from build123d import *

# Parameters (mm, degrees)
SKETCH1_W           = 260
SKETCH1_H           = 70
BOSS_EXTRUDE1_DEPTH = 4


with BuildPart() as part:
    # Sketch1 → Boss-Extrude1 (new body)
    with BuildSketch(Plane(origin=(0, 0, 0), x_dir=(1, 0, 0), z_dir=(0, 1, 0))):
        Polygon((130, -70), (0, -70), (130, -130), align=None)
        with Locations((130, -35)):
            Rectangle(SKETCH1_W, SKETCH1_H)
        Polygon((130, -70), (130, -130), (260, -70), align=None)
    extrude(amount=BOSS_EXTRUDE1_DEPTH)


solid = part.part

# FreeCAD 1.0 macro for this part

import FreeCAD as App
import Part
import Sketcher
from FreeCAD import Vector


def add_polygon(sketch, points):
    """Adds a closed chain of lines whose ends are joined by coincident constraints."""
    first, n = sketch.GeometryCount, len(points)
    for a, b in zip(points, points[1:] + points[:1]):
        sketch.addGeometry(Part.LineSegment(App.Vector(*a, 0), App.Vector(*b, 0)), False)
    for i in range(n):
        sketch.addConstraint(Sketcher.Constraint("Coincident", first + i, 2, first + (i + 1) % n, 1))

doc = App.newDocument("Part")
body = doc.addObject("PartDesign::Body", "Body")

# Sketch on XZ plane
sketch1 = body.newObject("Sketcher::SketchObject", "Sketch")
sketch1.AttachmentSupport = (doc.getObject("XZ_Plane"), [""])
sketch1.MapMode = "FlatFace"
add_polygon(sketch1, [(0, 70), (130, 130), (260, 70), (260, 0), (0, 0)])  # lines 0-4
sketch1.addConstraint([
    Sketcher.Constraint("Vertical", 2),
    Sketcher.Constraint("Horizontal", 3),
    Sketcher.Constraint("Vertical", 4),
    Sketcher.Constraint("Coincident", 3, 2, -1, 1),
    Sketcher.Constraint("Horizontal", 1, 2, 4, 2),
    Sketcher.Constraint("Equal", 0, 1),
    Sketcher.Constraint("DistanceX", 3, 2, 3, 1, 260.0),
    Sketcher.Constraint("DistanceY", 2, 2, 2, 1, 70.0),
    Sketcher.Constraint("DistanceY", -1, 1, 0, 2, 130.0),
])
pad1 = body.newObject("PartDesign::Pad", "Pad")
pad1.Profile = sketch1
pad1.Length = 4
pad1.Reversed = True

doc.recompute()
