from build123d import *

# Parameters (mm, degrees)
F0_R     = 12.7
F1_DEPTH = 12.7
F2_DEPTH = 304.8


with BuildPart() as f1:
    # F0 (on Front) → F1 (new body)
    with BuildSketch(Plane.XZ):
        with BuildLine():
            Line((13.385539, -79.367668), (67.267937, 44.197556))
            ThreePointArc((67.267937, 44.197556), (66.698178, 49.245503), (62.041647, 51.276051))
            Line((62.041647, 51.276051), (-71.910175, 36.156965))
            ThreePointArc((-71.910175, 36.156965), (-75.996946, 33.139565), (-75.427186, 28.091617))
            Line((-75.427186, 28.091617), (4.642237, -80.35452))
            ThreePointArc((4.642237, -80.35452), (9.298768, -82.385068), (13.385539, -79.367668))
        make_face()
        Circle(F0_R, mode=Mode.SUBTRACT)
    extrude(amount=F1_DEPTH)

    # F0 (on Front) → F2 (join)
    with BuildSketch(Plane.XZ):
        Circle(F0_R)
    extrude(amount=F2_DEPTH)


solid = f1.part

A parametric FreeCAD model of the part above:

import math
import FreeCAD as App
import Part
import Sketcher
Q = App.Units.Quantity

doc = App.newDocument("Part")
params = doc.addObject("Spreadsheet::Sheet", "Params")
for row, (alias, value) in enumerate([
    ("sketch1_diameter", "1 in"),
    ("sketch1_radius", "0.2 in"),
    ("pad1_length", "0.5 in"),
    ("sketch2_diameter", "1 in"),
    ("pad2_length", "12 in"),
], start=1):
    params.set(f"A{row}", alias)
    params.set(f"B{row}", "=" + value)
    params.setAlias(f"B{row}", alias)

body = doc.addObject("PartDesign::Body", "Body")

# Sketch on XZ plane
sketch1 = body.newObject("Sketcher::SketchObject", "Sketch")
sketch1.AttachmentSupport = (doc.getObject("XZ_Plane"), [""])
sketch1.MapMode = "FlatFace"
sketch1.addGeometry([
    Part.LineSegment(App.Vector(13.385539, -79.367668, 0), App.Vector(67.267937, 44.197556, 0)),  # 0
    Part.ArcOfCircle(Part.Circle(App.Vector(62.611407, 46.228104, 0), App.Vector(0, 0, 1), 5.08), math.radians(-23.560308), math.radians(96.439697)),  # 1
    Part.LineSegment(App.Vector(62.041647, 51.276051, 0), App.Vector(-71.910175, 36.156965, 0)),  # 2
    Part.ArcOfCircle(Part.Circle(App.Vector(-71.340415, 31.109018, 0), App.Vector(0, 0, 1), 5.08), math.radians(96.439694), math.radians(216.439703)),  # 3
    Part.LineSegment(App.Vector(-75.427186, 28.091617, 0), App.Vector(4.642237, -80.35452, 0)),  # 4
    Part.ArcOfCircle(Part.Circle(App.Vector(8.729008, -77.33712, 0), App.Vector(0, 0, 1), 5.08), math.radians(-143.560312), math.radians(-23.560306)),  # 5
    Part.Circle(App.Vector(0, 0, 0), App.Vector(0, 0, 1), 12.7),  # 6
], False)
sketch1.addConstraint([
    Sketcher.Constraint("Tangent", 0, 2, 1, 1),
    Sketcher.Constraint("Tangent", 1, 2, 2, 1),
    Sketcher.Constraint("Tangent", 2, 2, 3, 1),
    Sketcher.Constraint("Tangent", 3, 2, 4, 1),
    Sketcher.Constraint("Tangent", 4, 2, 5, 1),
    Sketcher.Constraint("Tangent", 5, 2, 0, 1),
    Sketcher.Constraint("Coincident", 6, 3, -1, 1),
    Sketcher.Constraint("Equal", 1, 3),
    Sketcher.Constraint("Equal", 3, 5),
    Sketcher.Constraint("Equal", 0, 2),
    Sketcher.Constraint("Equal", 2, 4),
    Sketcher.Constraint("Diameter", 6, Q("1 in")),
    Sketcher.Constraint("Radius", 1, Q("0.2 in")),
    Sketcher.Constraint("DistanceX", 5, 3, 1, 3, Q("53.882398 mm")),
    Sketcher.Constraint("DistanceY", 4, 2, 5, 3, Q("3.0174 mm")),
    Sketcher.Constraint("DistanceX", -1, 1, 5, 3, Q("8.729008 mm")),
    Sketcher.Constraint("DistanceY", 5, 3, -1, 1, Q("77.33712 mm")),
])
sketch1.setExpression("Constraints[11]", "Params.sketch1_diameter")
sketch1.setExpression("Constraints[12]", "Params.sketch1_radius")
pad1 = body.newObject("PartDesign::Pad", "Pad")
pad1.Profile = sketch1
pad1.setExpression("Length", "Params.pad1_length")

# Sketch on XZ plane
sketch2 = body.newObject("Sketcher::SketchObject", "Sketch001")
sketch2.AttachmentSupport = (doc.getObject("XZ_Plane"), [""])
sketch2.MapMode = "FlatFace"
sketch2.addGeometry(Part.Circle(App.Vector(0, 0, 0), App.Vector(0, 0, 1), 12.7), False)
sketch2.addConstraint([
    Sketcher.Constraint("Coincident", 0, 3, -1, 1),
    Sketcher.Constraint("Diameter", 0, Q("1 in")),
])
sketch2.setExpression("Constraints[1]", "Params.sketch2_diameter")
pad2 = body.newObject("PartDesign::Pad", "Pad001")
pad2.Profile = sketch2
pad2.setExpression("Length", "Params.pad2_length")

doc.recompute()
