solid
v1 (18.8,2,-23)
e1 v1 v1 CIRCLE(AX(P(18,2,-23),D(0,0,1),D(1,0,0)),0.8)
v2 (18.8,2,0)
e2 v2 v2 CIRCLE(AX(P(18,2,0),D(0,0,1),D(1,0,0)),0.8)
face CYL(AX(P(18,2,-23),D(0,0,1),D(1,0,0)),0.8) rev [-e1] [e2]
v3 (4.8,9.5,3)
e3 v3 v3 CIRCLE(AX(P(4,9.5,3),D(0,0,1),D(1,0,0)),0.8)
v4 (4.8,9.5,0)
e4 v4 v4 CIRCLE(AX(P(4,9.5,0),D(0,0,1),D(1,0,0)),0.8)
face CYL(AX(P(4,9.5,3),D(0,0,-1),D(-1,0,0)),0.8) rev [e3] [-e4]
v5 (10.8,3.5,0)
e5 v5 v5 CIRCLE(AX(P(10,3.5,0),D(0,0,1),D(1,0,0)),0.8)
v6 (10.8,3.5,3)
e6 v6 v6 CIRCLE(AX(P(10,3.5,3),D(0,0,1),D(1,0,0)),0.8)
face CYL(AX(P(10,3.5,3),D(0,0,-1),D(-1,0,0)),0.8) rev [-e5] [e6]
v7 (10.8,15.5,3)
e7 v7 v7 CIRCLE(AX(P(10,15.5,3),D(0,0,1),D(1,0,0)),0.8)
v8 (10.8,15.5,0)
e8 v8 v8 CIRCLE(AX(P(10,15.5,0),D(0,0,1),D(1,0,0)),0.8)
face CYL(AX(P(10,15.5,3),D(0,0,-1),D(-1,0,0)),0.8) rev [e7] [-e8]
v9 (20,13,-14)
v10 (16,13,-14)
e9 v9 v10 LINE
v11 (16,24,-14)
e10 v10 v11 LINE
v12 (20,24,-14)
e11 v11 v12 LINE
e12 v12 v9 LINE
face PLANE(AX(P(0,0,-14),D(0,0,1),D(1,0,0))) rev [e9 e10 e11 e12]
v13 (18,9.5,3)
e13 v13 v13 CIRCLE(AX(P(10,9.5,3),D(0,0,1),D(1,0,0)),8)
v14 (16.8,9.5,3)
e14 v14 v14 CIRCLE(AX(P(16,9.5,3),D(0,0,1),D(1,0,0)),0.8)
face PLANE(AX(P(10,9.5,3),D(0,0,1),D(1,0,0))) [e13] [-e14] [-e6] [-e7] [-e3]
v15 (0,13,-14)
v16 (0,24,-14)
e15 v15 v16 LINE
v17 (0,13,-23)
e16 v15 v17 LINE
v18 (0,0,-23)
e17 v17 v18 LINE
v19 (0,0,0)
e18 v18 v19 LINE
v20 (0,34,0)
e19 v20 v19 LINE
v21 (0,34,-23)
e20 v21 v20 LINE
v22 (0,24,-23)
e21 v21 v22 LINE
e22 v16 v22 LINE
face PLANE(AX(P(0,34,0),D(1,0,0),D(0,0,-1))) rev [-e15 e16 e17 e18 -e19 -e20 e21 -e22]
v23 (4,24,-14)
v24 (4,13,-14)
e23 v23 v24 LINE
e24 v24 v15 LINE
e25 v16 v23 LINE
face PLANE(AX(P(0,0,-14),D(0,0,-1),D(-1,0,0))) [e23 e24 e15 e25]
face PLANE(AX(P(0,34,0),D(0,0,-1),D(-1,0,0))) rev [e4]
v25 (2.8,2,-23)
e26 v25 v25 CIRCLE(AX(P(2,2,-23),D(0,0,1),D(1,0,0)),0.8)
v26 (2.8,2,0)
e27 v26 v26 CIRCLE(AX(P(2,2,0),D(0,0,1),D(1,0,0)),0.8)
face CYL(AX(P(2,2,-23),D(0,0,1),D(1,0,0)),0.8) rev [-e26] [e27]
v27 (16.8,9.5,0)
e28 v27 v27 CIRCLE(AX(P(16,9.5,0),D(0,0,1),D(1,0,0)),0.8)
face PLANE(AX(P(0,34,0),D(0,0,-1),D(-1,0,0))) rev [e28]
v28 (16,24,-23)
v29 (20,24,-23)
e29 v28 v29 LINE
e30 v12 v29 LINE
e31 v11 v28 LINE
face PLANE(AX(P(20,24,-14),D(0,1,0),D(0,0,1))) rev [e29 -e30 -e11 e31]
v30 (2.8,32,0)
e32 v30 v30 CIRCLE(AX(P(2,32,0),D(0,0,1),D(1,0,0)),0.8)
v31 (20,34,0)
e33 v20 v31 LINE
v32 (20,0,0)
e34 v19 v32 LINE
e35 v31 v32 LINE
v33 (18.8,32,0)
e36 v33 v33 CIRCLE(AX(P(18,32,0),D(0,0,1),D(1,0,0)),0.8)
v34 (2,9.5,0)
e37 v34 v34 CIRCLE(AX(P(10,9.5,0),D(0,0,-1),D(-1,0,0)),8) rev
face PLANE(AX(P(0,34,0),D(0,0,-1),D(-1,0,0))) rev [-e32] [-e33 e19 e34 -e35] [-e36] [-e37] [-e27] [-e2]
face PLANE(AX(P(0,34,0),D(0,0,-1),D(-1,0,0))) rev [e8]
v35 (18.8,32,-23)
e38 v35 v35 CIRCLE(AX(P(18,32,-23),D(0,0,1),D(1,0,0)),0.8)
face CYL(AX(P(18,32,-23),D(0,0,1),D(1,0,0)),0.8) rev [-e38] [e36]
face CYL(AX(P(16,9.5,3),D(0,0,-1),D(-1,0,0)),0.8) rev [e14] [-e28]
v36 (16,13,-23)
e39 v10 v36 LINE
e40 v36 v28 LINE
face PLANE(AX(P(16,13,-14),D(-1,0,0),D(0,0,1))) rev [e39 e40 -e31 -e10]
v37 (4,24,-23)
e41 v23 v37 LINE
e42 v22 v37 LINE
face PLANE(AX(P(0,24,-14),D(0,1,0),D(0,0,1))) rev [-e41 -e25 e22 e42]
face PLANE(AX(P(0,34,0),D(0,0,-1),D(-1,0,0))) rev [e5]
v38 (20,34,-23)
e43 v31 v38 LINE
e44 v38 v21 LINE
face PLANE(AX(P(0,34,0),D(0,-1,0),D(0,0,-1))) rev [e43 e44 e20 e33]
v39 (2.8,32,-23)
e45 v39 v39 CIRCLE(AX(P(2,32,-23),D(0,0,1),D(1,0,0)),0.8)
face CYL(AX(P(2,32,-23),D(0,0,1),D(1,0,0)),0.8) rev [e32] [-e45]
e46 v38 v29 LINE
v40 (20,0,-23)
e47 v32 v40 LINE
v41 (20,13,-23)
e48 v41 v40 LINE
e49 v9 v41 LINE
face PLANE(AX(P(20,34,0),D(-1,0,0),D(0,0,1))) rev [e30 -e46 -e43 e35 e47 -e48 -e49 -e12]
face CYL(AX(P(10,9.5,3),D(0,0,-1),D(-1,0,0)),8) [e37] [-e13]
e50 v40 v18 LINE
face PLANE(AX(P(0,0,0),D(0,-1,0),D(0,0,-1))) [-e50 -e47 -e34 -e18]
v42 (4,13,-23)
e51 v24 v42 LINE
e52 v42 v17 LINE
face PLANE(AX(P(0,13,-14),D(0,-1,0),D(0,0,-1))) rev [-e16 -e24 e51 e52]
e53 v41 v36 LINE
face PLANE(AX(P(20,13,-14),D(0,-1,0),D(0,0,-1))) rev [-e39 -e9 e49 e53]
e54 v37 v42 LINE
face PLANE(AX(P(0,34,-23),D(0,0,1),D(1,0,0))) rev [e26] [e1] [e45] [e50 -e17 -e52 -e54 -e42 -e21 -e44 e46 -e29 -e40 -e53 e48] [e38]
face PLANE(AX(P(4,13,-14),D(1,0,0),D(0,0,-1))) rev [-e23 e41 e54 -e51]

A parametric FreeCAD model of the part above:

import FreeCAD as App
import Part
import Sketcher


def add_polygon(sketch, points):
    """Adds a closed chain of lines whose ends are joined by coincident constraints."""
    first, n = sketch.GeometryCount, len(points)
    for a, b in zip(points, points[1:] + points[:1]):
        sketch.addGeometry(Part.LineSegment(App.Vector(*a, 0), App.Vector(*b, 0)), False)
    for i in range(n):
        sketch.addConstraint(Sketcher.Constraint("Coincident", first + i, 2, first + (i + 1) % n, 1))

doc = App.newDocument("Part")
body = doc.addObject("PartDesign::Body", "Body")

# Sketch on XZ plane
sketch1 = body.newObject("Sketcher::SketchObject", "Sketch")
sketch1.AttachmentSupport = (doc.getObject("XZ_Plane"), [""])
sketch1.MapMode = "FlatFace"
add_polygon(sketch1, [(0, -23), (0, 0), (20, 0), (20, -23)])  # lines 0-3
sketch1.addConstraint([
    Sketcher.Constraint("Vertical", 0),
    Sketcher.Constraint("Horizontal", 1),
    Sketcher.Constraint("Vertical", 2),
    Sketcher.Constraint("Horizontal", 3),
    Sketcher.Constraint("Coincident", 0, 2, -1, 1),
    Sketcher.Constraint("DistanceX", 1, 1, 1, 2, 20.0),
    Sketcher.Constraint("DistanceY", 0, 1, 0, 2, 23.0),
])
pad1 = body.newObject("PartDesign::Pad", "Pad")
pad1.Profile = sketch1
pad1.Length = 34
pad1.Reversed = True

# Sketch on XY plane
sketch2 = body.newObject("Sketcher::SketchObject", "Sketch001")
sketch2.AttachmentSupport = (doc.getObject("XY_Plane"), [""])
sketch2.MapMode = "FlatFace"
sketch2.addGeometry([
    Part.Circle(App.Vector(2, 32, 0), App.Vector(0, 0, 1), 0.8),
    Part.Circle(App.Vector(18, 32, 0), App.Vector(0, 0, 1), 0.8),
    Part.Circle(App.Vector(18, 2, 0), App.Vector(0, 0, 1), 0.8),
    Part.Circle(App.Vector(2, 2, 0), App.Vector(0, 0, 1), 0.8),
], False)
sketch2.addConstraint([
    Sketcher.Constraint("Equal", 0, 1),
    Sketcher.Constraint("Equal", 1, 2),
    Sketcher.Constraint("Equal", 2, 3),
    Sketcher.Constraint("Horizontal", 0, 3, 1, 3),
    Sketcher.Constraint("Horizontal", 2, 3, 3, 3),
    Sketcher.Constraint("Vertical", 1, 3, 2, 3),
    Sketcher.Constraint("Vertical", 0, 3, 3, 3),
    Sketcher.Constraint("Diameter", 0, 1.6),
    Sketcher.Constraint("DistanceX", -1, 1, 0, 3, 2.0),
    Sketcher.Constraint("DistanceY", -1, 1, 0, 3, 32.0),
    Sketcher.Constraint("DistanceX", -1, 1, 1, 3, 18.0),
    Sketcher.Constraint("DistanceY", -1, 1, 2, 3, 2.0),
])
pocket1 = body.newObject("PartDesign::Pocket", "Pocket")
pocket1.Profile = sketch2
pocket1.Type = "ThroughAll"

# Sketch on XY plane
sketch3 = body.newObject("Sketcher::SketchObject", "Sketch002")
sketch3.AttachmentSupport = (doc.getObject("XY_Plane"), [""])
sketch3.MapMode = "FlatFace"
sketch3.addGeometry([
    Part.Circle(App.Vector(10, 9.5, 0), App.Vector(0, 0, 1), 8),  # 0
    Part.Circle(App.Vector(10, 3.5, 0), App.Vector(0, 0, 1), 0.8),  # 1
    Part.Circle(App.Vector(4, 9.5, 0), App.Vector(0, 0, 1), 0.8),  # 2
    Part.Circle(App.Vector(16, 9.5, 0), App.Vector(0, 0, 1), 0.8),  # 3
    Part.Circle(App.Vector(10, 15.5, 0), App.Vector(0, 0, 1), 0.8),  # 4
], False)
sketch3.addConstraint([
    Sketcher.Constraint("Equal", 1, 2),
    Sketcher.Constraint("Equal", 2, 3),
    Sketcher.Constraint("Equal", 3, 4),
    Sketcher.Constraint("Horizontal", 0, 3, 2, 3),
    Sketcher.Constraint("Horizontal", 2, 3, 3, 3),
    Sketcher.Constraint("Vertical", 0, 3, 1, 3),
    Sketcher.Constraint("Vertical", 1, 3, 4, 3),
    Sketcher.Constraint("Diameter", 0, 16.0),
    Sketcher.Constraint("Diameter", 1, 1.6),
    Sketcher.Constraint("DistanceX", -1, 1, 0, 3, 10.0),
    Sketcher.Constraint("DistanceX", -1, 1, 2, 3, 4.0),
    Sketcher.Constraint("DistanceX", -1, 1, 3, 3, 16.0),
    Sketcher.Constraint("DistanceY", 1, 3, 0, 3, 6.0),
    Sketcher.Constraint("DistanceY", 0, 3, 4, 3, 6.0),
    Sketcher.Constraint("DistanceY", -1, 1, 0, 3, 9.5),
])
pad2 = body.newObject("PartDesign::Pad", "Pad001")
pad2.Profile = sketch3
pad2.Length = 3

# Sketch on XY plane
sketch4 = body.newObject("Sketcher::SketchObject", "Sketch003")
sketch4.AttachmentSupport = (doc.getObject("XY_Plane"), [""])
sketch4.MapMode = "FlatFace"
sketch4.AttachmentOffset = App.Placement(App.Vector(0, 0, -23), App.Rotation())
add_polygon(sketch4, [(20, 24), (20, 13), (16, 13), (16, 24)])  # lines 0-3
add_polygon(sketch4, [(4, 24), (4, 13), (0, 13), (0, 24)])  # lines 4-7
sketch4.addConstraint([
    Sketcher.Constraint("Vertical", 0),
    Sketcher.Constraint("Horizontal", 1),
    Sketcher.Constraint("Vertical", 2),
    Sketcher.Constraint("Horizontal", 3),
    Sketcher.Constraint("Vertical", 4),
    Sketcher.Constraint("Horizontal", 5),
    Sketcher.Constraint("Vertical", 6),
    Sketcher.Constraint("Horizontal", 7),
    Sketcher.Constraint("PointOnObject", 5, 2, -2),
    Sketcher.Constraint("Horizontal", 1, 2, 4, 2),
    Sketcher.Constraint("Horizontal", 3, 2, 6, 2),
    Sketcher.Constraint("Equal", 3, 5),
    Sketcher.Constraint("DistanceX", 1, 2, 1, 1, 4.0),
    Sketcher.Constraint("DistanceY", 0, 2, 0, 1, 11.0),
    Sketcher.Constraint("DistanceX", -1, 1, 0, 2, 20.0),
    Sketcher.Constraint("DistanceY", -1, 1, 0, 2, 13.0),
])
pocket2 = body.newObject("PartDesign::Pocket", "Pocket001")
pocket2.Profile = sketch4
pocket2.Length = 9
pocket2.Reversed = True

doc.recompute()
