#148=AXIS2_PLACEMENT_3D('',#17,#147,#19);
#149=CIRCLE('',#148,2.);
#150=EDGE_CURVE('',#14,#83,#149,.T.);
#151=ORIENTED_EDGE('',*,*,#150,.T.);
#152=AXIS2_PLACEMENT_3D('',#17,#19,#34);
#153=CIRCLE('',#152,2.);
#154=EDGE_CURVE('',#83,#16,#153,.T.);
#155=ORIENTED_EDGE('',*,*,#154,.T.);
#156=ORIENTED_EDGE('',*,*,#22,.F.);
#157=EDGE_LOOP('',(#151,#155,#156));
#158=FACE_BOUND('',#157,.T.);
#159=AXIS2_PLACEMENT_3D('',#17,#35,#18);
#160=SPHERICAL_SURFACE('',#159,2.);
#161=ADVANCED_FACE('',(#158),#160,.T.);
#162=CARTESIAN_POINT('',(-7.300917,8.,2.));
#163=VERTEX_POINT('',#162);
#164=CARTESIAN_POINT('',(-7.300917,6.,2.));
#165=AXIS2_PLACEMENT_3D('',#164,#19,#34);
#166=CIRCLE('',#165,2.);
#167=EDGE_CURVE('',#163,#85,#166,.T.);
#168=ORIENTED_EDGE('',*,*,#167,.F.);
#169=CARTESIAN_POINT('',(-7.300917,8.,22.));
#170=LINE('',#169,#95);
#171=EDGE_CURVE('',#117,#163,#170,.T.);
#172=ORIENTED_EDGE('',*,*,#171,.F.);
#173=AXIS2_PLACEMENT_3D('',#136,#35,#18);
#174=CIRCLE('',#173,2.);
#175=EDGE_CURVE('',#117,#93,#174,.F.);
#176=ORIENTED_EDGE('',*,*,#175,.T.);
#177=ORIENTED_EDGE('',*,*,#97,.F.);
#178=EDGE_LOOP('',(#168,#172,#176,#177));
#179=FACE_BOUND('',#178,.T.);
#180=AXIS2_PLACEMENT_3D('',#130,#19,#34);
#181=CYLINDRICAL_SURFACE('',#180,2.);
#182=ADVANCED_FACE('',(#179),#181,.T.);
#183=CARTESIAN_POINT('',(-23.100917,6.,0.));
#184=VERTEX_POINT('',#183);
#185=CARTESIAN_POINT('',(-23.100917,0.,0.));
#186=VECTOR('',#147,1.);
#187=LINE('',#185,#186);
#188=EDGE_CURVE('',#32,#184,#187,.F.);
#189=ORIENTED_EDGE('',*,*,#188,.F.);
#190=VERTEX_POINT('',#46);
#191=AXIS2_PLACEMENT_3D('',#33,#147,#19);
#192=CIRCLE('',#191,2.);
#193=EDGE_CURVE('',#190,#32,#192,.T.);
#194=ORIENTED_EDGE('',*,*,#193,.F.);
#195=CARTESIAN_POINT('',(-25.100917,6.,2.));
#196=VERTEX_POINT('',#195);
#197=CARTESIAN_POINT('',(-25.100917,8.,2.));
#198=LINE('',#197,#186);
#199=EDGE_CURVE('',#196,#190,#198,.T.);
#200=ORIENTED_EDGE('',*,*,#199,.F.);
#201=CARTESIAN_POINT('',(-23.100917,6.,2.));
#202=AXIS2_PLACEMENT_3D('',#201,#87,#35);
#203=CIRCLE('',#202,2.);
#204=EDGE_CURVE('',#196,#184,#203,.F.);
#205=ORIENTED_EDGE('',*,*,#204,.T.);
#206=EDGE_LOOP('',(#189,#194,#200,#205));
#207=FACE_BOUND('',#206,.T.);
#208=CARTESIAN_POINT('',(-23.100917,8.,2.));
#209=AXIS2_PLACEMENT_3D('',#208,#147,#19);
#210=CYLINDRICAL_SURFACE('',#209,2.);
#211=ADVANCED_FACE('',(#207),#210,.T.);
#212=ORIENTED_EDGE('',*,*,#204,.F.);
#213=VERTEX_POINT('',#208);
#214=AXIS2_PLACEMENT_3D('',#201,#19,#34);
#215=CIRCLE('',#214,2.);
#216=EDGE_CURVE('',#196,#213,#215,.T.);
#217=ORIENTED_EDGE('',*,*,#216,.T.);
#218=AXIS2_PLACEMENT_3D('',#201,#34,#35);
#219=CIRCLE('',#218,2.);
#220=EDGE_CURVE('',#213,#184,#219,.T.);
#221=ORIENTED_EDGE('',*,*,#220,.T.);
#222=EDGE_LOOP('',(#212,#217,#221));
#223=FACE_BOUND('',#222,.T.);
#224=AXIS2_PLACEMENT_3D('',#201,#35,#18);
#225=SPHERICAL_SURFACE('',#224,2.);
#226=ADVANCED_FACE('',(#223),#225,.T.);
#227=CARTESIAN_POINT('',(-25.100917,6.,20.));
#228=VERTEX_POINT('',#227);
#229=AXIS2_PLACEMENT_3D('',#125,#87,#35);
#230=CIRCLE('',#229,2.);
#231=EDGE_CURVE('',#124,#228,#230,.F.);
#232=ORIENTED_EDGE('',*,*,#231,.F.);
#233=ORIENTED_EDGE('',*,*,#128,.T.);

____

◆ **Exercise goal**: Set down the lines of the records exactly, from the first one through the line containing "Rectangle(SKETCH1_W, SKETCH1_H)", and add nothing else.

◆ **Solution to this problem**:
from build123d import *

# Parameters (mm, degrees)
SKETCH1_W           = 260
SKETCH1_H           = 70
BOSS_EXTRUDE1_DEPTH = 4


with BuildPart() as part:
    # Sketch1 → Boss-Extrude1 (new body)
    with BuildSketch(Plane(origin=(0, 0, 0), x_dir=(1, 0, 0), z_dir=(0, 1, 0))):
        Polygon((130, -70), (0, -70), (130, -130), align=None)
        with Locations((130, -35)):
            Rectangle(SKETCH1_W, SKETCH1_H)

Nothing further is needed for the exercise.